The key fob will not open the doors.

How can I open the doors manually?

Please advise.

Thanks.


----------



## NPath (Dec 12, 2004)

s6var said:


> Hi, I've just returned to my 05 Pathfinder T-Spec after 3 months and the battery is flat.
> 
> The key fob will not open the doors.
> 
> ...


If you don't have the key to manually open the door, then I'd advise a tow truck company to help you out. Last thing to do is smash the small window.


----------



## MattyDK23 (Nov 30, 2007)

s6var said:


> Hi, I've just returned to my 05 Pathfinder T-Spec after 3 months and the battery is flat.
> 
> The key fob will not open the doors.
> 
> ...


Insert your key into that silver do-dad by the door handle with the vertical slot. Turn the key to the left as far as possible, then return it to a vertical position. Attempt to open the door. If that did not work, turn the key to the right, then back vertically.

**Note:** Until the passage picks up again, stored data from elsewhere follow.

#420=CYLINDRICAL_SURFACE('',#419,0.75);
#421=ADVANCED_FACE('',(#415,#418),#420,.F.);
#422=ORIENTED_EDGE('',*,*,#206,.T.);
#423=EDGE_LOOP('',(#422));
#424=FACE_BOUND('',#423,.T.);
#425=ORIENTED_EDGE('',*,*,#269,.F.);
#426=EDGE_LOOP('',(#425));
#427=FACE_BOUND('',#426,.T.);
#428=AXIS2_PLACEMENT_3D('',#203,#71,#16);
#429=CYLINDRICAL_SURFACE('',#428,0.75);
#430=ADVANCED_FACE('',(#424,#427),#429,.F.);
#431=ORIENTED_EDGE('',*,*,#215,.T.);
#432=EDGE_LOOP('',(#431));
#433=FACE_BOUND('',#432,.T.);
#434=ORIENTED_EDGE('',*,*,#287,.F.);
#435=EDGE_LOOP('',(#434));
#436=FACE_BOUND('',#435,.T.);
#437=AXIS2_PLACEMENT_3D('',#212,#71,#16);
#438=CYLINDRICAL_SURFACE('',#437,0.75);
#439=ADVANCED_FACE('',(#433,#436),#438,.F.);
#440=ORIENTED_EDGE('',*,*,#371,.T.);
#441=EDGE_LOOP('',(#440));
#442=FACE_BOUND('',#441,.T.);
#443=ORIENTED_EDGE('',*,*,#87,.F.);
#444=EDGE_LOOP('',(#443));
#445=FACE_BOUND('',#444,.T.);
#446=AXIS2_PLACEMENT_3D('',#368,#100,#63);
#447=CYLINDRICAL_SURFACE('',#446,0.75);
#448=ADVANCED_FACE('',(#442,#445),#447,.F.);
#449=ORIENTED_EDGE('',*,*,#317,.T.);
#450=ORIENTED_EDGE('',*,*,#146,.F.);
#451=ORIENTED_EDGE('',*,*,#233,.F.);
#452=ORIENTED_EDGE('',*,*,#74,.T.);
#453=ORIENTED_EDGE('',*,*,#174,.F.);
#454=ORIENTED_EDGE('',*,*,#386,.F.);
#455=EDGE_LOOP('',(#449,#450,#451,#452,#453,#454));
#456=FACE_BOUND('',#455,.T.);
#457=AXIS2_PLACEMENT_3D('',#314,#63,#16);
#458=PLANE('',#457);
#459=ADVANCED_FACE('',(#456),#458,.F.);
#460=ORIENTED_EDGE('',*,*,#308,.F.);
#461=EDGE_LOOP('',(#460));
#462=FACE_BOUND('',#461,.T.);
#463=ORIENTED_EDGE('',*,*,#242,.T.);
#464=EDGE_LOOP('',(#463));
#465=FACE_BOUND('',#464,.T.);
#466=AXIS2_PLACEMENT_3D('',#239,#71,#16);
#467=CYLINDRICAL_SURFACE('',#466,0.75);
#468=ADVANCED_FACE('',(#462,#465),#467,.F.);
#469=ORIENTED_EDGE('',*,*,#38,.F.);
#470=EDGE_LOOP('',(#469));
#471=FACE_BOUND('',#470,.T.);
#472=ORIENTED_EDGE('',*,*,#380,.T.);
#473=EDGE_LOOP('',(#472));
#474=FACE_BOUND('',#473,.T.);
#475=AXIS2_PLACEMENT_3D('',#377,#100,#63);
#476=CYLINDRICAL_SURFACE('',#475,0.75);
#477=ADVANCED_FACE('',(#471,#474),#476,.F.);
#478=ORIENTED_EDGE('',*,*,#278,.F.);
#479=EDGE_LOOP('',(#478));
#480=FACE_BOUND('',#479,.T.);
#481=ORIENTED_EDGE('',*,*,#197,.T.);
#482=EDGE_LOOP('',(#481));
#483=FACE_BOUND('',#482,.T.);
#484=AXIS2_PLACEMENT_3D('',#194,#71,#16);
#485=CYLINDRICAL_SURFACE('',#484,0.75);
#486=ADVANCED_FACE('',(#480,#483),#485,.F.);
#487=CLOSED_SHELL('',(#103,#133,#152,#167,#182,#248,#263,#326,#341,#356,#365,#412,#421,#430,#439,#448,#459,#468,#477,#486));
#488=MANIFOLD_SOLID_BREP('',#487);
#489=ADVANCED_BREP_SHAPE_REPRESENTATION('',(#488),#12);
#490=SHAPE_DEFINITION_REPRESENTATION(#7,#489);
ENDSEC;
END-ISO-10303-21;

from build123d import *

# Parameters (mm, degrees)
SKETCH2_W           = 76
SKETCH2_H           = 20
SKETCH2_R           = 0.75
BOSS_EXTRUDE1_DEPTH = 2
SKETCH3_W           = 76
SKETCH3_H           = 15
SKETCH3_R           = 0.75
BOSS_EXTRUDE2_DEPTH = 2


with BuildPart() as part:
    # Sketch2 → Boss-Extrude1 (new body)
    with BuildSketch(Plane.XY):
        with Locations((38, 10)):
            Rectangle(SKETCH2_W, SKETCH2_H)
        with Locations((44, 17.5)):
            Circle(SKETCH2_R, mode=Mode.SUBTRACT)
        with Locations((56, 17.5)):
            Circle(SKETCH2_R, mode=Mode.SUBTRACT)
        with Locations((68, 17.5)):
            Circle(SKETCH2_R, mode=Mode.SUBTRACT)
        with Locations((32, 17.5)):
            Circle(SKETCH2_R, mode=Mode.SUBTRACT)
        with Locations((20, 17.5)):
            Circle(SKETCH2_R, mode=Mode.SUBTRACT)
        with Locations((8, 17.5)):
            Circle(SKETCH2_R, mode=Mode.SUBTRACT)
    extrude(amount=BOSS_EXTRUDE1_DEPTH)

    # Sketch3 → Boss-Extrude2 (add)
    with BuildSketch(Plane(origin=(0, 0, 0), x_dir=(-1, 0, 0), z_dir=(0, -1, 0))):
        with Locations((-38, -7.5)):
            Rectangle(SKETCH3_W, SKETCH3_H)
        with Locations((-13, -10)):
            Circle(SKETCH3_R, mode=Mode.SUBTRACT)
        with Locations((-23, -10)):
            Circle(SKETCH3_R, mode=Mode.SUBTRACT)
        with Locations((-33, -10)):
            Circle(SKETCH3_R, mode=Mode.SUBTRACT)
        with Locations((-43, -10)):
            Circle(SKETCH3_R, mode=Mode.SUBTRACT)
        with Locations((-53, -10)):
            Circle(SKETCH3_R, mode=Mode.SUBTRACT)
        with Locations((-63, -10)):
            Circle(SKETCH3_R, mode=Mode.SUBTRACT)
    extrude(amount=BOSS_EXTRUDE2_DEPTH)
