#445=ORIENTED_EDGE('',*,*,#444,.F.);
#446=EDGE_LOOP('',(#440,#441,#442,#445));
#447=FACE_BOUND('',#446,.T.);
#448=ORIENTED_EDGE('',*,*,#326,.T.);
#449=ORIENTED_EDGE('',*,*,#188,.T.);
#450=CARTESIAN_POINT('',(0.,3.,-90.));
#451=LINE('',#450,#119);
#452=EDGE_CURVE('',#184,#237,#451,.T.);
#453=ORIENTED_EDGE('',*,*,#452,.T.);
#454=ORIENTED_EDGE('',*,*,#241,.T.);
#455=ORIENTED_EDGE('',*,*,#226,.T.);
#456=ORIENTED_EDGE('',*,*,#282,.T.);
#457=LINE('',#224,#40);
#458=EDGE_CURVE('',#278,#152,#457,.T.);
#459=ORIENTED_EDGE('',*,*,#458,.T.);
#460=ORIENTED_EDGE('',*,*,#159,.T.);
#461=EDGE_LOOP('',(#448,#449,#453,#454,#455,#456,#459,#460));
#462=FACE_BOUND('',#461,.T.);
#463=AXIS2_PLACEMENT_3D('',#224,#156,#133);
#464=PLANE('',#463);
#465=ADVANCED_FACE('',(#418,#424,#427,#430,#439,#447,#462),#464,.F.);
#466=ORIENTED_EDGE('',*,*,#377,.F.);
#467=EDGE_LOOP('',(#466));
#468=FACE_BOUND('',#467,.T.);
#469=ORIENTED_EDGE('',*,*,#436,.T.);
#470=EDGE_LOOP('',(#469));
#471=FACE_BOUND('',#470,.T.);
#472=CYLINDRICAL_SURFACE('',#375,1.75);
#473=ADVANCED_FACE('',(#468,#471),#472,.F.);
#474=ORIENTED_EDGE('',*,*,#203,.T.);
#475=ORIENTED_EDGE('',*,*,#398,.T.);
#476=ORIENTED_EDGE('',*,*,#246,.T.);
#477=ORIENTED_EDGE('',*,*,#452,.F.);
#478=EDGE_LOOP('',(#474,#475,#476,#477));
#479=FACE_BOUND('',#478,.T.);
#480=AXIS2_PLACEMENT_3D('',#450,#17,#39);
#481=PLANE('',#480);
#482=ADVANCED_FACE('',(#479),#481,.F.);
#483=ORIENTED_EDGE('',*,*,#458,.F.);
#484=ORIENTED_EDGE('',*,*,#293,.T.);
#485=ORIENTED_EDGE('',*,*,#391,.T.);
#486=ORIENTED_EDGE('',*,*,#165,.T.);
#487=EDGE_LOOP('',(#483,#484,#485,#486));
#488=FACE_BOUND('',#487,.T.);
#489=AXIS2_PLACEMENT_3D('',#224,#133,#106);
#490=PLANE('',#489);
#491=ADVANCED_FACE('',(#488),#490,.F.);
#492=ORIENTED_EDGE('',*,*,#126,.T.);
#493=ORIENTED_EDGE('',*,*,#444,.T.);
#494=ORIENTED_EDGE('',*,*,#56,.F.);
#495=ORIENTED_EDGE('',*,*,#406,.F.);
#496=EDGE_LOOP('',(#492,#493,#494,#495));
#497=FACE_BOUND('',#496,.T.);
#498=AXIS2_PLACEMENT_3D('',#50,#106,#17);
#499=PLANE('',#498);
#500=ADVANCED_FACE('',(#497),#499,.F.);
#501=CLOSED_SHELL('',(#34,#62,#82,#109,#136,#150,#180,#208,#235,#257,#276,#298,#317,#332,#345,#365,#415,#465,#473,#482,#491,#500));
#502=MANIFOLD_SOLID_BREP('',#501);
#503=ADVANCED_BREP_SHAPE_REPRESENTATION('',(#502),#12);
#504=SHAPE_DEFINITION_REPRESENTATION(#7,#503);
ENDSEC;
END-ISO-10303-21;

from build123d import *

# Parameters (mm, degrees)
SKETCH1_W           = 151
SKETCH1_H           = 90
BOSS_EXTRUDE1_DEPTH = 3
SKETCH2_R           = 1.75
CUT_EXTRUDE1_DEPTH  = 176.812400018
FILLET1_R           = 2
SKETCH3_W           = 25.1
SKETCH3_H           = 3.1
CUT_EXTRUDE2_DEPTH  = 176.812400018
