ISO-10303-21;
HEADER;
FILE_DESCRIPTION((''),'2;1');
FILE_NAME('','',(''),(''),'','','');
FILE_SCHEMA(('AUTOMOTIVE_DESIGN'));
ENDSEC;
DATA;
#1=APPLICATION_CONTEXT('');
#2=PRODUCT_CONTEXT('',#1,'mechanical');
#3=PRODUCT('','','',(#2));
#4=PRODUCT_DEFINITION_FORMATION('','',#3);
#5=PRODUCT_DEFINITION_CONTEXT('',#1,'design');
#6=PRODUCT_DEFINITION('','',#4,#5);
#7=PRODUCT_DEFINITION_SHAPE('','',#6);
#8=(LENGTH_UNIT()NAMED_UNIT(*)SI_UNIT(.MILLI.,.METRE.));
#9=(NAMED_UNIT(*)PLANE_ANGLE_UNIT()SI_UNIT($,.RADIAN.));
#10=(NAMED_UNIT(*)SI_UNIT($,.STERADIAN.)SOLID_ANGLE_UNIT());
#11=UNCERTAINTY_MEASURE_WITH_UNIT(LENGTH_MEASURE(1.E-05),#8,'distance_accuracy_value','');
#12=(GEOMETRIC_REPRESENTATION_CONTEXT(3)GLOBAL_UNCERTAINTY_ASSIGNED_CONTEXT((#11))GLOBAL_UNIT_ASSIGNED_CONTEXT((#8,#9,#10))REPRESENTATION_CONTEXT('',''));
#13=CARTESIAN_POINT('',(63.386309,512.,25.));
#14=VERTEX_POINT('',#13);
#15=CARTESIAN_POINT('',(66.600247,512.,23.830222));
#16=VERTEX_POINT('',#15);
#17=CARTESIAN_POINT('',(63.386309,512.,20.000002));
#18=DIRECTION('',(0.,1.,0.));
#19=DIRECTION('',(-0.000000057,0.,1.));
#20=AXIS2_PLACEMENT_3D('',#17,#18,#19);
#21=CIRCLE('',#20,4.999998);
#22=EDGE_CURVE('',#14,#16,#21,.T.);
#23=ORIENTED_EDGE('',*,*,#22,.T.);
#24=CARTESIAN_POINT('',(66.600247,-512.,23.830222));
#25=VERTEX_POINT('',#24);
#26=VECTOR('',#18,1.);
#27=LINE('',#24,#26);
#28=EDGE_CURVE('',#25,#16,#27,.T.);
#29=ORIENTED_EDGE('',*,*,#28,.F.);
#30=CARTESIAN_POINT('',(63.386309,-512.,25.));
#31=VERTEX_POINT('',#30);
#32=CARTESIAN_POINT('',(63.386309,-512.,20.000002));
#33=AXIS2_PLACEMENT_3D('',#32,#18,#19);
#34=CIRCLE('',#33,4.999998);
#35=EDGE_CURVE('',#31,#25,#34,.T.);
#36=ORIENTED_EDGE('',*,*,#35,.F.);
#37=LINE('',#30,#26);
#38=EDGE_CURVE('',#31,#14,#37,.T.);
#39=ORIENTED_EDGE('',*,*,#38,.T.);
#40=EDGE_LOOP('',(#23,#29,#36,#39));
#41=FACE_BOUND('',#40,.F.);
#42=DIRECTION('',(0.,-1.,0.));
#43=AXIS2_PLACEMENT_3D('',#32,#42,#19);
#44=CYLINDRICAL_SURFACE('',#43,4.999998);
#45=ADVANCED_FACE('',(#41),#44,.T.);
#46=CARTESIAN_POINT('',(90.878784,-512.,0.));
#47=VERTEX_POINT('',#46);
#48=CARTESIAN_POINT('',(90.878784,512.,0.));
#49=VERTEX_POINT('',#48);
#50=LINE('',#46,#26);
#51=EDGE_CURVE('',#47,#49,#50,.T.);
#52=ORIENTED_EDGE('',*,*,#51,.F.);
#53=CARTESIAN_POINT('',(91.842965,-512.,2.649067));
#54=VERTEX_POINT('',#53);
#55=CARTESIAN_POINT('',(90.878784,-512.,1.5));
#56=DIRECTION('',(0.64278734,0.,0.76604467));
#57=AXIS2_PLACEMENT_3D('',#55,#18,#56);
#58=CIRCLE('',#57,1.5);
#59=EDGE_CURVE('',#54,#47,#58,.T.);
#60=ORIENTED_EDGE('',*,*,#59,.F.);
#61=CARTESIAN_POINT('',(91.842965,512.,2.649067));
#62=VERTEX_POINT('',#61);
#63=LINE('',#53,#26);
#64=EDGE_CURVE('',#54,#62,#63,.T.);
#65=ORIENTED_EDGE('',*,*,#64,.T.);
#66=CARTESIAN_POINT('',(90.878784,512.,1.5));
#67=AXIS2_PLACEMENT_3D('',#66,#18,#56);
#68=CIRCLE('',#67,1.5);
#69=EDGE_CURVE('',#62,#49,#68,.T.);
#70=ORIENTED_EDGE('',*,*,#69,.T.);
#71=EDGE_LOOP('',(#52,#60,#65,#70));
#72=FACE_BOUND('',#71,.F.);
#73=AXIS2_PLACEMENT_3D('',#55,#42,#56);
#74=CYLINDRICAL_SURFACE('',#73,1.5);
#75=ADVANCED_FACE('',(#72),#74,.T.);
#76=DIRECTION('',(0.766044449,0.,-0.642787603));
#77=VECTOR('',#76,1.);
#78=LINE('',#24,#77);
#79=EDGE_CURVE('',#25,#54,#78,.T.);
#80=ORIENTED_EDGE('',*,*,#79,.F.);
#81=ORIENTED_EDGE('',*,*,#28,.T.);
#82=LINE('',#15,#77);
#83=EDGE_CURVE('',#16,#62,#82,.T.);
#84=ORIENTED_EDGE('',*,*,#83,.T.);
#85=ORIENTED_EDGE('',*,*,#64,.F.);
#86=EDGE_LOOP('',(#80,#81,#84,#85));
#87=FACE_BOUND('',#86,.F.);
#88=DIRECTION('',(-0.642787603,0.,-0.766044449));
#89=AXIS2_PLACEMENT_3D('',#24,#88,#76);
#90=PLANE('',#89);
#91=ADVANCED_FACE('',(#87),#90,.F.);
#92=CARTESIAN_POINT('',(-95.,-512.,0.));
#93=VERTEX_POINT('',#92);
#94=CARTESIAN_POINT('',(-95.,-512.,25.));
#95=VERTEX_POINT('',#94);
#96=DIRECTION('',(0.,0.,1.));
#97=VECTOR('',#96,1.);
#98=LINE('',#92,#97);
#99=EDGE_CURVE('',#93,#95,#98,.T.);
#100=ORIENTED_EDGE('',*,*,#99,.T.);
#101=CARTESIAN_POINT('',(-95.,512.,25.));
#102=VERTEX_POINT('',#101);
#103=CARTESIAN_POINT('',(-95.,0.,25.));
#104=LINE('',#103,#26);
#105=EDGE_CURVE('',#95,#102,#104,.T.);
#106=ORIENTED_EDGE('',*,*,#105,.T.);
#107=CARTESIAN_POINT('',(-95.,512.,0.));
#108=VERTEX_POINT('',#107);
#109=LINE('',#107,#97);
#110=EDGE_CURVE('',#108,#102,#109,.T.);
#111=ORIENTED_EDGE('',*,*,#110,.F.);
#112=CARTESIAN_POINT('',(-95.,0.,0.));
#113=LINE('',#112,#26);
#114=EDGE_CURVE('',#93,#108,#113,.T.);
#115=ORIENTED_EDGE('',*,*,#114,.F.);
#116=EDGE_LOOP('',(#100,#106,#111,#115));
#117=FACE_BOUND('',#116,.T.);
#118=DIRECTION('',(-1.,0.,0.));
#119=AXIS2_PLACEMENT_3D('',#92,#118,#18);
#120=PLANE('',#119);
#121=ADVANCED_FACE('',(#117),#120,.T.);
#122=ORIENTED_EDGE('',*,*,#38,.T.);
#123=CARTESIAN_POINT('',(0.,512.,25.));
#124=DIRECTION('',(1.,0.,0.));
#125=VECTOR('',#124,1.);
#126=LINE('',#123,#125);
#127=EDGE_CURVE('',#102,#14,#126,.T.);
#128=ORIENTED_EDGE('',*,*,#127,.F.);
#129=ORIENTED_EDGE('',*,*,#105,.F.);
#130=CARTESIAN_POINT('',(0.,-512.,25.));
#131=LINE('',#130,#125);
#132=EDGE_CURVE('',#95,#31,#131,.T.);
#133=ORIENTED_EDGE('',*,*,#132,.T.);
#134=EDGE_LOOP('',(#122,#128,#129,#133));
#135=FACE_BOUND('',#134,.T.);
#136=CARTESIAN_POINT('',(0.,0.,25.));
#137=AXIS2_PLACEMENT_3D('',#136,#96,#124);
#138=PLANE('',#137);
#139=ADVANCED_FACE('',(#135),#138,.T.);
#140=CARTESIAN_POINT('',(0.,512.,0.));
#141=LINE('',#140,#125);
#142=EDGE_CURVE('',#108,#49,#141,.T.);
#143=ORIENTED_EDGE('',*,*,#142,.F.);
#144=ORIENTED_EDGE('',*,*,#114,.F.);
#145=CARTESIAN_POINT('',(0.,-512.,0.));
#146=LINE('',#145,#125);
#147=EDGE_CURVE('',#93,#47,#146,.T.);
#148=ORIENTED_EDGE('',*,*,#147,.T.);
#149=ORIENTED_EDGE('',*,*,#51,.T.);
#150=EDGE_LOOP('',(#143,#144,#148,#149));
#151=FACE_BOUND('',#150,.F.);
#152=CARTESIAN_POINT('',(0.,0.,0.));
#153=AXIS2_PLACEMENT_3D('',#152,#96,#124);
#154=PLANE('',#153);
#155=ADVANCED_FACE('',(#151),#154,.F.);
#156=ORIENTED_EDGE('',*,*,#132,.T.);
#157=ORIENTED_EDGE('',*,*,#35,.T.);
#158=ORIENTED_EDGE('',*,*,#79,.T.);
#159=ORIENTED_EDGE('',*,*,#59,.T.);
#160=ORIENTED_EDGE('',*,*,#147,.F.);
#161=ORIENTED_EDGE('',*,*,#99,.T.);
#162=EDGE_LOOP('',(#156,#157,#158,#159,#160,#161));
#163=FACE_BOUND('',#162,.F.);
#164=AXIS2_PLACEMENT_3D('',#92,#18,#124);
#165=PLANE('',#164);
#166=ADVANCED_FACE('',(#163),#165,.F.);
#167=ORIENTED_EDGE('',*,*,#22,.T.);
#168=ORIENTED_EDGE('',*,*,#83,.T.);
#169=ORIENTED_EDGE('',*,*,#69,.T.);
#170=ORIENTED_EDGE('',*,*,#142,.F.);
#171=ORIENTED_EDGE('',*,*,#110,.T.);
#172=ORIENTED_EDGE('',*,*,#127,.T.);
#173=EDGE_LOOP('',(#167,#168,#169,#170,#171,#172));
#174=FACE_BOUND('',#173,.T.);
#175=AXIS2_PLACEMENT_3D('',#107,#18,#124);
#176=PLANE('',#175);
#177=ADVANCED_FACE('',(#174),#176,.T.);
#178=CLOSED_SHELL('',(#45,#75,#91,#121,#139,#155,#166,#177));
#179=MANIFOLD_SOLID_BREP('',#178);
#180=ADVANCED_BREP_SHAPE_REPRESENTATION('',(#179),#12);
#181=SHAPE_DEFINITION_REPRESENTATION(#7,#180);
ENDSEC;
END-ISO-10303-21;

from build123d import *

# Parameters (mm, degrees)
F0_W     = 190
F0_H     = 1024
F1_DEPTH = 25
F3_DEPTH = 1024


with BuildPart() as f1:
    # F0 (on Top) → F1 (new body)
    with BuildSketch(Plane.XY):
        Rectangle(F0_W, F0_H)
    extrude(amount=F1_DEPTH)

    # F2 (on face) → F3 (cut)
    with BuildSketch(Plane.XZ.offset(512)):
        with BuildLine():
            ThreePointArc((63.386309, 25), (65.09641, 24.698463), (66.600247, 23.830222))
            Line((66.600247, 23.830222), (91.842965, 2.649067))
            ThreePointArc((91.842965, 2.649067), (92.288323, 0.98697), (90.878784, 0))
            Line((90.878784, 0), (95, 0))
            Line((95, 0), (95, 25))
            Line((95, 25), (65.20616, 25))
            Line((65.20616, 25), (63.386309, 25))
        make_face()
    extrude(amount=-F3_DEPTH, mode=Mode.SUBTRACT)


solid = f1.part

Attempt to open the door again.

If this did not work, you are not at the right vehicle. Call a taxi, show them your drivers licence, and ask them to take you home.

There are ways to open doors without a key, but I never like sharing them. Partially because they can damage the vehicle, partially because punk kids steal cars using the techniques.)


----------